====== Exercise input

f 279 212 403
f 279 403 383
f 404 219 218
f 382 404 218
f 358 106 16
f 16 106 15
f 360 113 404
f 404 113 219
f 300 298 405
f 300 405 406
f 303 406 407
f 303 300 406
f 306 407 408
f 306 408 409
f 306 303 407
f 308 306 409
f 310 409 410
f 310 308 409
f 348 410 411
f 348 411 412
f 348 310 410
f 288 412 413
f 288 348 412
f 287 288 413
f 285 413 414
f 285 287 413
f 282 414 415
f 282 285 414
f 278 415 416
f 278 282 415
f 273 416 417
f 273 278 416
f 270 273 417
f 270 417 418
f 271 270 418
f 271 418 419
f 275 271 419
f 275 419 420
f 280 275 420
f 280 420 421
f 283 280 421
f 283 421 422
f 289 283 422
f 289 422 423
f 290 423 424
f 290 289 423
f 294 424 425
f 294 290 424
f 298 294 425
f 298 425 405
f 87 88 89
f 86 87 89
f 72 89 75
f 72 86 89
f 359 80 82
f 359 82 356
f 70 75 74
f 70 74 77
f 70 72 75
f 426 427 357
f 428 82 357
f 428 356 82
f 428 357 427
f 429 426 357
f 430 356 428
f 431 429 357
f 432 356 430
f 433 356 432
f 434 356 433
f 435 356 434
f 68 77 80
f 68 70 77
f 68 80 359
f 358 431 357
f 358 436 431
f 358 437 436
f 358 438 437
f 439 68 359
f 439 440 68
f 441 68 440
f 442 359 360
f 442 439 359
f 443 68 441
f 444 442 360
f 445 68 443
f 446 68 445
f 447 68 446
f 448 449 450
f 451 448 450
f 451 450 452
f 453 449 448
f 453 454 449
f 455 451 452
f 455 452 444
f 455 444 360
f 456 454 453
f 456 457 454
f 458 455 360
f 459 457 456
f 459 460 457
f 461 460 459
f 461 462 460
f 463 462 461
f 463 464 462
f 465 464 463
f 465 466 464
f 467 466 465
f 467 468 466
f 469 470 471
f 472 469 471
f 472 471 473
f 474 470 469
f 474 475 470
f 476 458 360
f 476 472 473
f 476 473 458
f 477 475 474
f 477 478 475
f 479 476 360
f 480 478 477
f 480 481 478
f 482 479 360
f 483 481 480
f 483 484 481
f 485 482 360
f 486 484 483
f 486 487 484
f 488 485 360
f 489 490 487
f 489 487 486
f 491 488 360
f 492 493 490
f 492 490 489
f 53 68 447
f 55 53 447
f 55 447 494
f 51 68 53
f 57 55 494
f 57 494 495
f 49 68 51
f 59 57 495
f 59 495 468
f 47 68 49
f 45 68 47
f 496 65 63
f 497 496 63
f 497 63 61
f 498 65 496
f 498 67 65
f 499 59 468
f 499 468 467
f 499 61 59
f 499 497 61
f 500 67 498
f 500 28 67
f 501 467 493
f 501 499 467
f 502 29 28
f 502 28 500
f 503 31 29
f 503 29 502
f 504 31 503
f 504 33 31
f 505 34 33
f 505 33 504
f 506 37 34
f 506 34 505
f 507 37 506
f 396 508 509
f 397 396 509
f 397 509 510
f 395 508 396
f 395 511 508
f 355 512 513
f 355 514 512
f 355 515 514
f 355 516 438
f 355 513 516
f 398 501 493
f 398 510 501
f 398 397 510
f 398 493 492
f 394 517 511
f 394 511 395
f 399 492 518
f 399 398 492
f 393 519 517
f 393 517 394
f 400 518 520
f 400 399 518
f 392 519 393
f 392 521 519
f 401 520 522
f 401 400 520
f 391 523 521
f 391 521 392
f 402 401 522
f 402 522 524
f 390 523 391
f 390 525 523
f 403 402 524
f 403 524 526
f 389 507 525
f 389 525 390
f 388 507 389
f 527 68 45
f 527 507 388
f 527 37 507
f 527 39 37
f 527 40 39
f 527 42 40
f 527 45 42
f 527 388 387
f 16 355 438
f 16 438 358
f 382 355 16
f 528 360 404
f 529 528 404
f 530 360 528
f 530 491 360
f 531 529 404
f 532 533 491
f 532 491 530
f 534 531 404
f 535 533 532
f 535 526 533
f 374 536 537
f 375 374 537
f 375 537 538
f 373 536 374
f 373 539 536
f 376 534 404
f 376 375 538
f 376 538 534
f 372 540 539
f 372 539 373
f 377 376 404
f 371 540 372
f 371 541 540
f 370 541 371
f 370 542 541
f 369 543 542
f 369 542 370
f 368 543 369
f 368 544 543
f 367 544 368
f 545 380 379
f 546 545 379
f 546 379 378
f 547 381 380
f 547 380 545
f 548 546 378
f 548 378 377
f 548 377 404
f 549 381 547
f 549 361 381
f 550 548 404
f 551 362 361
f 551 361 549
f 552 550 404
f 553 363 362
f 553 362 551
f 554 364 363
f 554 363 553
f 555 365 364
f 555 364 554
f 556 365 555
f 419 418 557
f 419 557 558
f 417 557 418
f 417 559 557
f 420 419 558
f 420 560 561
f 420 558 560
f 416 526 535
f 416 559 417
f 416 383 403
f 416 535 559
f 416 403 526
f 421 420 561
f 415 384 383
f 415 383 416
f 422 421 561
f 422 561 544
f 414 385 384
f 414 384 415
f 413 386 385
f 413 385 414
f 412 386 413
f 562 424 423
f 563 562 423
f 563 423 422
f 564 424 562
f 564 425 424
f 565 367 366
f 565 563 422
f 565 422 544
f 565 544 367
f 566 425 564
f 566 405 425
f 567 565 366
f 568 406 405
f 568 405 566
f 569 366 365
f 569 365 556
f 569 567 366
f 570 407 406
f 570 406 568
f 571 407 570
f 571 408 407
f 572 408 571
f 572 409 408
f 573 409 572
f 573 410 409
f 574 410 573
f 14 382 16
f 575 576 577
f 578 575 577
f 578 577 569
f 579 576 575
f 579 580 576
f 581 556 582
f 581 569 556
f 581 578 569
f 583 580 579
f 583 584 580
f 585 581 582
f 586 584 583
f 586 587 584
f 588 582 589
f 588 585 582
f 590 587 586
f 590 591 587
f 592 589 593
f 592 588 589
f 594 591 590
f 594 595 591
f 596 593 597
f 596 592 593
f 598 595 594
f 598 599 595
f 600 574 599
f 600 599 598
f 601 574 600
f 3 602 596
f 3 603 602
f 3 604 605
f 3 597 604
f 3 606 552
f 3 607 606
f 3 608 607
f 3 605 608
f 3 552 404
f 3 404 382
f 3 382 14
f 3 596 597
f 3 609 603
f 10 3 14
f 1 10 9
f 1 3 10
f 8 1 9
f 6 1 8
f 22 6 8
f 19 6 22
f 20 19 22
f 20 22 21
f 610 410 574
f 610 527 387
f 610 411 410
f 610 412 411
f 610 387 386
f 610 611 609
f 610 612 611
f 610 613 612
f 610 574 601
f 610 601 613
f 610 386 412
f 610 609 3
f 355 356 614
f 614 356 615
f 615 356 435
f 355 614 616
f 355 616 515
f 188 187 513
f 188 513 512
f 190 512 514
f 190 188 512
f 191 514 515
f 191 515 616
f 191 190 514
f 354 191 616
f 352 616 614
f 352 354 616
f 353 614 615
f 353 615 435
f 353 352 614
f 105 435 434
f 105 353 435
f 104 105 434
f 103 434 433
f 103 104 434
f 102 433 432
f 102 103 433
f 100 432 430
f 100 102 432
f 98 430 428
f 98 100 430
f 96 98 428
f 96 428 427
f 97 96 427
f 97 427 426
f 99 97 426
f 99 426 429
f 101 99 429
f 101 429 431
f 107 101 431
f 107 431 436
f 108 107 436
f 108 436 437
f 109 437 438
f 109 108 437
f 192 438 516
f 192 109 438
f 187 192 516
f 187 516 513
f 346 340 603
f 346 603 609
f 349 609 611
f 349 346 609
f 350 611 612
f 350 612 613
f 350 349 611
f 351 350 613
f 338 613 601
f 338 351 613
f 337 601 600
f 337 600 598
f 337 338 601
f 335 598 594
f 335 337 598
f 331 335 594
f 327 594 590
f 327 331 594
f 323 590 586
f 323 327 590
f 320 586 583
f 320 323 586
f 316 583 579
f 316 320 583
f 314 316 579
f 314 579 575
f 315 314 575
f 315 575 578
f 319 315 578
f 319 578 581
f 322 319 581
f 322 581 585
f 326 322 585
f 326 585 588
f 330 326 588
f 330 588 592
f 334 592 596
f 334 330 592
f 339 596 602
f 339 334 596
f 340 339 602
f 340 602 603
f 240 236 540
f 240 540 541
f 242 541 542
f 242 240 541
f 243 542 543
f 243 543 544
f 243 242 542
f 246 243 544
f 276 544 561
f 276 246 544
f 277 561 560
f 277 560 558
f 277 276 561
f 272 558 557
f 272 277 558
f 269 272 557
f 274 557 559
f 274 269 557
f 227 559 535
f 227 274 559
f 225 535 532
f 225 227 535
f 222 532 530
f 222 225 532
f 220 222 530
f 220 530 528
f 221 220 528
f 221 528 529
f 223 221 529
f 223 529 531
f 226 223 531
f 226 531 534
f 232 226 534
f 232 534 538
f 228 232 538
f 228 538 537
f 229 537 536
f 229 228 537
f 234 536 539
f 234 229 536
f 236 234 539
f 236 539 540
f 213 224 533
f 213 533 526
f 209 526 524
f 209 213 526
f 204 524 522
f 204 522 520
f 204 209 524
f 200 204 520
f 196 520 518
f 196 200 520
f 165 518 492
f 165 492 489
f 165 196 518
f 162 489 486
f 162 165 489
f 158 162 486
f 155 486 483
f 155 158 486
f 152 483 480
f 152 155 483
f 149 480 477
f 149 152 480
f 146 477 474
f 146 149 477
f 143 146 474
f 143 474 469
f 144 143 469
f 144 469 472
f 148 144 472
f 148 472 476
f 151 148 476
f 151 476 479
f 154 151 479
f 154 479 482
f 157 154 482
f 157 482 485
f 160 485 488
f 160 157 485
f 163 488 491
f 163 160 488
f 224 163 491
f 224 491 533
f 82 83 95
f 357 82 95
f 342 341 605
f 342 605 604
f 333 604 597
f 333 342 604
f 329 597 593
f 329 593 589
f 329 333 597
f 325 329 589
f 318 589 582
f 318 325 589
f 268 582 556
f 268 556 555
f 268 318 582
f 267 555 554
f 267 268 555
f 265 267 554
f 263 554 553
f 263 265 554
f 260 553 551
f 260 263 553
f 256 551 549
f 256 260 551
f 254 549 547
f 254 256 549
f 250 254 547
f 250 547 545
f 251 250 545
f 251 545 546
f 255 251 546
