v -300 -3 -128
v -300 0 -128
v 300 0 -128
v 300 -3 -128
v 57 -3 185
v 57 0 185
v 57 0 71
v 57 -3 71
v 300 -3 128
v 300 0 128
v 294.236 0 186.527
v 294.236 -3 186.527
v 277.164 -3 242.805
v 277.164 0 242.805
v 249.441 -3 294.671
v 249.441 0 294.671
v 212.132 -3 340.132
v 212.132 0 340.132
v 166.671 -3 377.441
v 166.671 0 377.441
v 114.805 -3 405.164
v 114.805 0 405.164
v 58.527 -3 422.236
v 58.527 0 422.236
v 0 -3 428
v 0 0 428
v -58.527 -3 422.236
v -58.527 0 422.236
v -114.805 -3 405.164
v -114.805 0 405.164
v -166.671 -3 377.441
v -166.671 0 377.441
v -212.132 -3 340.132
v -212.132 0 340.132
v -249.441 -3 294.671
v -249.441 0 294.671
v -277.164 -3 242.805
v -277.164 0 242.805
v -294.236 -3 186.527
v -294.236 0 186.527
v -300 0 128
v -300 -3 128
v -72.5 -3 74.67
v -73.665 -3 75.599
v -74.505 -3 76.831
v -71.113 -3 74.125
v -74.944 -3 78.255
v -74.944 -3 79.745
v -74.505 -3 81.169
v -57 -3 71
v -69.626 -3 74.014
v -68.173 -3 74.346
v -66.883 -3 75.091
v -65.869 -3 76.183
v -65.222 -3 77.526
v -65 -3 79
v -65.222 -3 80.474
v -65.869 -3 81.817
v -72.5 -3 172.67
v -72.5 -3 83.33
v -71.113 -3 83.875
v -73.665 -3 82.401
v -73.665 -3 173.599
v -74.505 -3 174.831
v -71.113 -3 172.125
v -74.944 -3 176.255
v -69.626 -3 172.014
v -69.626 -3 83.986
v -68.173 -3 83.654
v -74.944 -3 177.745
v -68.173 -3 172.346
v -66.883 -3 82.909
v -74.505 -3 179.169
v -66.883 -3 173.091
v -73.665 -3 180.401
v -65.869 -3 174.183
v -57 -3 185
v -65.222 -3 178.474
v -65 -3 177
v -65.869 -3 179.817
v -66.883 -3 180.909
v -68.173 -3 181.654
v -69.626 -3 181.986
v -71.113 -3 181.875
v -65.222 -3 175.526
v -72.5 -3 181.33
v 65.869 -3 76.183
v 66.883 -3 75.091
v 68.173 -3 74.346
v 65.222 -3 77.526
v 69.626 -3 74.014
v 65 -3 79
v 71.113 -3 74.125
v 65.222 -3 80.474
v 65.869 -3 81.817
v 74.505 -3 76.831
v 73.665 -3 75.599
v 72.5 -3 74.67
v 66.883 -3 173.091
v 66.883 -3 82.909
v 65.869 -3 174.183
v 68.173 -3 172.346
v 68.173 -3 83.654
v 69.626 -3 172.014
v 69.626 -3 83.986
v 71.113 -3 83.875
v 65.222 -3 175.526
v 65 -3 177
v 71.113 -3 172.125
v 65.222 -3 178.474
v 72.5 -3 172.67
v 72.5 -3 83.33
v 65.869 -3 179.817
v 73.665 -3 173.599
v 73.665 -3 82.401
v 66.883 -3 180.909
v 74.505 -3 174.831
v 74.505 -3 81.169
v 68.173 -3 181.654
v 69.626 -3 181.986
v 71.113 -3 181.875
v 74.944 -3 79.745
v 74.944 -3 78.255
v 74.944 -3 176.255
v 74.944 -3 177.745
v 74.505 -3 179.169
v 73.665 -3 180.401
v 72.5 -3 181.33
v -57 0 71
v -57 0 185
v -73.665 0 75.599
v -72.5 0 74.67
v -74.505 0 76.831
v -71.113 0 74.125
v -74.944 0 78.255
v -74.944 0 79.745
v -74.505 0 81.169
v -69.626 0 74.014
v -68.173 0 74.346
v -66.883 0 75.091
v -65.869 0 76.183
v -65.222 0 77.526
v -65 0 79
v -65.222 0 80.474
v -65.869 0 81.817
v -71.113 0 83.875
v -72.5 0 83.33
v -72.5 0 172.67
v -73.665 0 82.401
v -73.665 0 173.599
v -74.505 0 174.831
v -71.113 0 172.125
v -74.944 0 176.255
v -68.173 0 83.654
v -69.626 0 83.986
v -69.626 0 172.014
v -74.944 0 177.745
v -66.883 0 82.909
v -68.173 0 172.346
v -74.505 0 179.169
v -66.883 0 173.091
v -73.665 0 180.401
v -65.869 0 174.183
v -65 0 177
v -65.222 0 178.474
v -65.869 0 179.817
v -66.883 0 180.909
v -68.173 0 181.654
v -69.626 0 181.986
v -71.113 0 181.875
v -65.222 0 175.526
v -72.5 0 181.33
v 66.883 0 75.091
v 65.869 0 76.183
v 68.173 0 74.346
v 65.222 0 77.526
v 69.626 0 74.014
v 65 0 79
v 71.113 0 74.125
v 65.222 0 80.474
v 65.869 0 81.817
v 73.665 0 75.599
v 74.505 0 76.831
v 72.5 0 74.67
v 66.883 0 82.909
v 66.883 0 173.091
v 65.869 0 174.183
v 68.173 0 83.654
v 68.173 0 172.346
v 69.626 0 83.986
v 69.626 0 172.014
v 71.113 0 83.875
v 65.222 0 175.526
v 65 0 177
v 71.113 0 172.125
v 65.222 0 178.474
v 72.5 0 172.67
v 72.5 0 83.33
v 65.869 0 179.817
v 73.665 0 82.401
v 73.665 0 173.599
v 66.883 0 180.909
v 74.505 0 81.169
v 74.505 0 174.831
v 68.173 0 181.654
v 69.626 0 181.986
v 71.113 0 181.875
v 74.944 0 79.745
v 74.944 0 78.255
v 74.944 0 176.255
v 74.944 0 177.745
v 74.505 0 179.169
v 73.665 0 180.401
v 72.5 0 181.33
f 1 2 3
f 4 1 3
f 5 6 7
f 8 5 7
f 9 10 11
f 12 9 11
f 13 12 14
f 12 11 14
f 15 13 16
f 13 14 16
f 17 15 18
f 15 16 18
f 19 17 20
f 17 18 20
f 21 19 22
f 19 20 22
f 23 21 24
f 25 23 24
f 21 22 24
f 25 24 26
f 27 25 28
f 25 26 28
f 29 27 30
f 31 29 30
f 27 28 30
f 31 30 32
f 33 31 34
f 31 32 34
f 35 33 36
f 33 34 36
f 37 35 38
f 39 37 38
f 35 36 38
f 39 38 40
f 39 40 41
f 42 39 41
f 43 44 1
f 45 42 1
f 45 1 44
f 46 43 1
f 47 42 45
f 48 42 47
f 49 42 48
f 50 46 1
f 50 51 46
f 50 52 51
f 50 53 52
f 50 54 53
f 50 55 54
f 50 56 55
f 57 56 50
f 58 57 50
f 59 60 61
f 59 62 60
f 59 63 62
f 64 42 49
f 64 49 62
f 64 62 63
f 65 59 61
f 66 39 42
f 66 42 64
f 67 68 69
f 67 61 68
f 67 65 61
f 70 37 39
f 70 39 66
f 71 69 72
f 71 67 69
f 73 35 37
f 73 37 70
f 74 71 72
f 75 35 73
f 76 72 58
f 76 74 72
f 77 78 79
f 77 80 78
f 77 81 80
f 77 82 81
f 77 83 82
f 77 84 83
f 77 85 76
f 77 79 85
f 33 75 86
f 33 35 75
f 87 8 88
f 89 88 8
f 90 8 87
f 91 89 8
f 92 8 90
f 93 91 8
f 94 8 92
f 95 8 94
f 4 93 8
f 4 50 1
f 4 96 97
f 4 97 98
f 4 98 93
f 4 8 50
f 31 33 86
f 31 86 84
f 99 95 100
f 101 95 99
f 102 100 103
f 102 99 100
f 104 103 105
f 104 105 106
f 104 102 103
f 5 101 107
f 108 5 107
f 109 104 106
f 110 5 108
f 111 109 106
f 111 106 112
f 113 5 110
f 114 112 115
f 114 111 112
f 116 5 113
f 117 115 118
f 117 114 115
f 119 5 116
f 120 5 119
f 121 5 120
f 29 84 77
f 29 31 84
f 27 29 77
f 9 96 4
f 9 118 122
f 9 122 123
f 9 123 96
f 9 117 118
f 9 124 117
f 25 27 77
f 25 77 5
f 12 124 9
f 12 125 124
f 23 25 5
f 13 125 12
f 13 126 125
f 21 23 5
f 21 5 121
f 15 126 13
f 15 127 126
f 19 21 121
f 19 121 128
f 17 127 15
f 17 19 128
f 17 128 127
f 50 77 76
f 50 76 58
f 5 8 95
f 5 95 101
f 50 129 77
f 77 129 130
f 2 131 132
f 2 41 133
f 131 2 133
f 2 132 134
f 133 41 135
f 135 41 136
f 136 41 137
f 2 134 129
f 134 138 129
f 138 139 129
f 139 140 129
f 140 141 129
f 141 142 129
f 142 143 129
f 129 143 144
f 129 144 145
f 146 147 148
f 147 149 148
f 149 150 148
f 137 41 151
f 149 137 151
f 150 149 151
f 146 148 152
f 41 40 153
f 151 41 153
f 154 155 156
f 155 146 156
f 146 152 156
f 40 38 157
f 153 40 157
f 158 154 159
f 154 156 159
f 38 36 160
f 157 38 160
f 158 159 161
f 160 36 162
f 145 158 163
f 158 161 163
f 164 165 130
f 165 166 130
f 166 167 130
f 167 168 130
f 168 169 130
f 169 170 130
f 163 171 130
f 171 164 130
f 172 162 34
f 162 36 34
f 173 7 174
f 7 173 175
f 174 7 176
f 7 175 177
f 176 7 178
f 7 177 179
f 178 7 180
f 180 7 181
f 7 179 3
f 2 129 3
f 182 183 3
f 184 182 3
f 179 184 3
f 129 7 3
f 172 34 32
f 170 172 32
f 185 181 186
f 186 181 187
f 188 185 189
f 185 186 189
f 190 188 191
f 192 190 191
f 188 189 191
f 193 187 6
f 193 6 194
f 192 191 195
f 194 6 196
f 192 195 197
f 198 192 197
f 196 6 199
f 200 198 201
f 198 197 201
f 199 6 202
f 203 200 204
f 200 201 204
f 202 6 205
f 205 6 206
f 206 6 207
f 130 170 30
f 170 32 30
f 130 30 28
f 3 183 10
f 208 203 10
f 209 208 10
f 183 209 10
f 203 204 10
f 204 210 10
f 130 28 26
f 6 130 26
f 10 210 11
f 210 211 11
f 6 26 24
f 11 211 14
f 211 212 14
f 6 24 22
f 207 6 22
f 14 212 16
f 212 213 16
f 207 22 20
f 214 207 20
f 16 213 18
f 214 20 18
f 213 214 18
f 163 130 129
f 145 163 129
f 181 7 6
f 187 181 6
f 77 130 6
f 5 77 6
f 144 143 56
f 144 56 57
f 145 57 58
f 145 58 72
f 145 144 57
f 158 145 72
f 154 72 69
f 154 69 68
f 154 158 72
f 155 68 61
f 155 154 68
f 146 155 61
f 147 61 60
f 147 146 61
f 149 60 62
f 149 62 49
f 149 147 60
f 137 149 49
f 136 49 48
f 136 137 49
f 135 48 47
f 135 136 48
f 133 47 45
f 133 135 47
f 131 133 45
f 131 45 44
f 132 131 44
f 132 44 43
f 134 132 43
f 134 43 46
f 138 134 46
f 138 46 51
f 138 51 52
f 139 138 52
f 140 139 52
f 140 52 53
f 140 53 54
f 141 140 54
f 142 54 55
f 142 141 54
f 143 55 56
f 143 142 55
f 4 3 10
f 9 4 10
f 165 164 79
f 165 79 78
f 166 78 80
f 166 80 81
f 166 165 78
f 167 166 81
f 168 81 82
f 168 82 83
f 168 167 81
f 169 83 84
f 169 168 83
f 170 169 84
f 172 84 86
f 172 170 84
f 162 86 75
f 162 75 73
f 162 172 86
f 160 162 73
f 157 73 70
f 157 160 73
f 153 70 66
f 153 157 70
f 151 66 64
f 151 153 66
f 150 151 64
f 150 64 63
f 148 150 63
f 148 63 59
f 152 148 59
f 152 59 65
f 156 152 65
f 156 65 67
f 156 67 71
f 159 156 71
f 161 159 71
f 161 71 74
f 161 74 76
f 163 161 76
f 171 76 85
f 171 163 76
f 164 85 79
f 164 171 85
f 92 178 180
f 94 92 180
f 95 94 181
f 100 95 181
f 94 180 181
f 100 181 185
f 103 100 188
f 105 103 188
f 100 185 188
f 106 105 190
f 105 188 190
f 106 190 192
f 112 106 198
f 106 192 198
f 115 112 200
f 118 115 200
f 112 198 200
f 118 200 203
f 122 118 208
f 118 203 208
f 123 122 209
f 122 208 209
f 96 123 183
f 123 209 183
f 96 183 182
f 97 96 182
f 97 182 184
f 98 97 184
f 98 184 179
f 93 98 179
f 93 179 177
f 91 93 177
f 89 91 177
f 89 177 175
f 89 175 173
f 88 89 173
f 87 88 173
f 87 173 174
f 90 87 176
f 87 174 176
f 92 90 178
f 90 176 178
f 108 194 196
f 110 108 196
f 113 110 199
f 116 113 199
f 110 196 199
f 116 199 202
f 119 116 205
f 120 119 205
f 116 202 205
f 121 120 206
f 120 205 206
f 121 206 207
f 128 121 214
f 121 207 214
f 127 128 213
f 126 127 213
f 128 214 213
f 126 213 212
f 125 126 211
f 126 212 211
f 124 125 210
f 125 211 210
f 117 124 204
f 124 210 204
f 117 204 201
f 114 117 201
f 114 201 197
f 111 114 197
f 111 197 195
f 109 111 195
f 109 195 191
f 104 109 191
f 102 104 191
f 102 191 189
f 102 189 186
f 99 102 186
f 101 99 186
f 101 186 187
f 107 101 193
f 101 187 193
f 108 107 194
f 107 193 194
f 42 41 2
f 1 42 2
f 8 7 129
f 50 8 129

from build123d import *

# Parameters (mm, degrees)
F0_R     = 5
F1_DEPTH = 3


with BuildPart() as f1:
    # F0 (on Front) → F1 (new body)
    with BuildSketch(Plane.XZ):
        with BuildLine():
            ThreePointArc((75, 79), (70, 84), (65, 79))
            ThreePointArc((65, 79), (70, 74), (75, 79))
        make_face()
        with Locations((-70, 79)):
            Circle(F0_R)
        Polygon((-300, 128), (-300, -128), (300, -128), (300, 128), (57, 128), (57, 79), (57, 71), (-57, 71), (-57, 79), (-57, 128), align=None)
        with Locations((-70, 79)):
            Circle(F0_R, mode=Mode.SUBTRACT)
        with BuildLine():
            ThreePointArc((75, 79), (70, 74), (65, 79))
            ThreePointArc((65, 79), (70, 84), (75, 79))
        make_face(mode=Mode.SUBTRACT)
        with Locations((-70, 177)):
            Circle(F0_R)
        with BuildLine():
            ThreePointArc((75, 177), (70, 182), (65, 177))
            ThreePointArc((65, 177), (70, 172), (75, 177))
        make_face()
        with BuildLine():
            ThreePointArc((300, 128), (0, 428), (-300, 128))
            Line((-300, 128), (-57, 128))
            Line((-57, 128), (-57, 177))
            Line((-57, 177), (-57, 185))
            Line((-57, 185), (57, 185))
            Line((57, 185), (57, 177))
            Line((57, 177), (57, 128))
            Line((57, 128), (300, 128))
        make_face()
        with Locations((-70, 177)):
            Circle(F0_R, mode=Mode.SUBTRACT)
        with BuildLine():
            ThreePointArc((75, 177), (70, 172), (65, 177))
            ThreePointArc((65, 177), (70, 182), (75, 177))
        make_face(mode=Mode.SUBTRACT)
    extrude(amount=F1_DEPTH)


solid = f1.part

============

▸ **Exercise prompt**
Given the records above, return exactly the lines starting at the line containing "f 358 436 431" and ending at the line containing "f 453 454 449", including both.

▸ **Result of this exercise**
f 358 436 431
f 358 437 436
f 358 438 437
f 439 68 359
f 439 440 68
f 441 68 440
f 442 359 360
f 442 439 359
f 443 68 441
f 444 442 360
f 445 68 443
f 446 68 445
f 447 68 446
f 448 449 450
f 451 448 450
f 451 450 452
f 453 449 448
f 453 454 449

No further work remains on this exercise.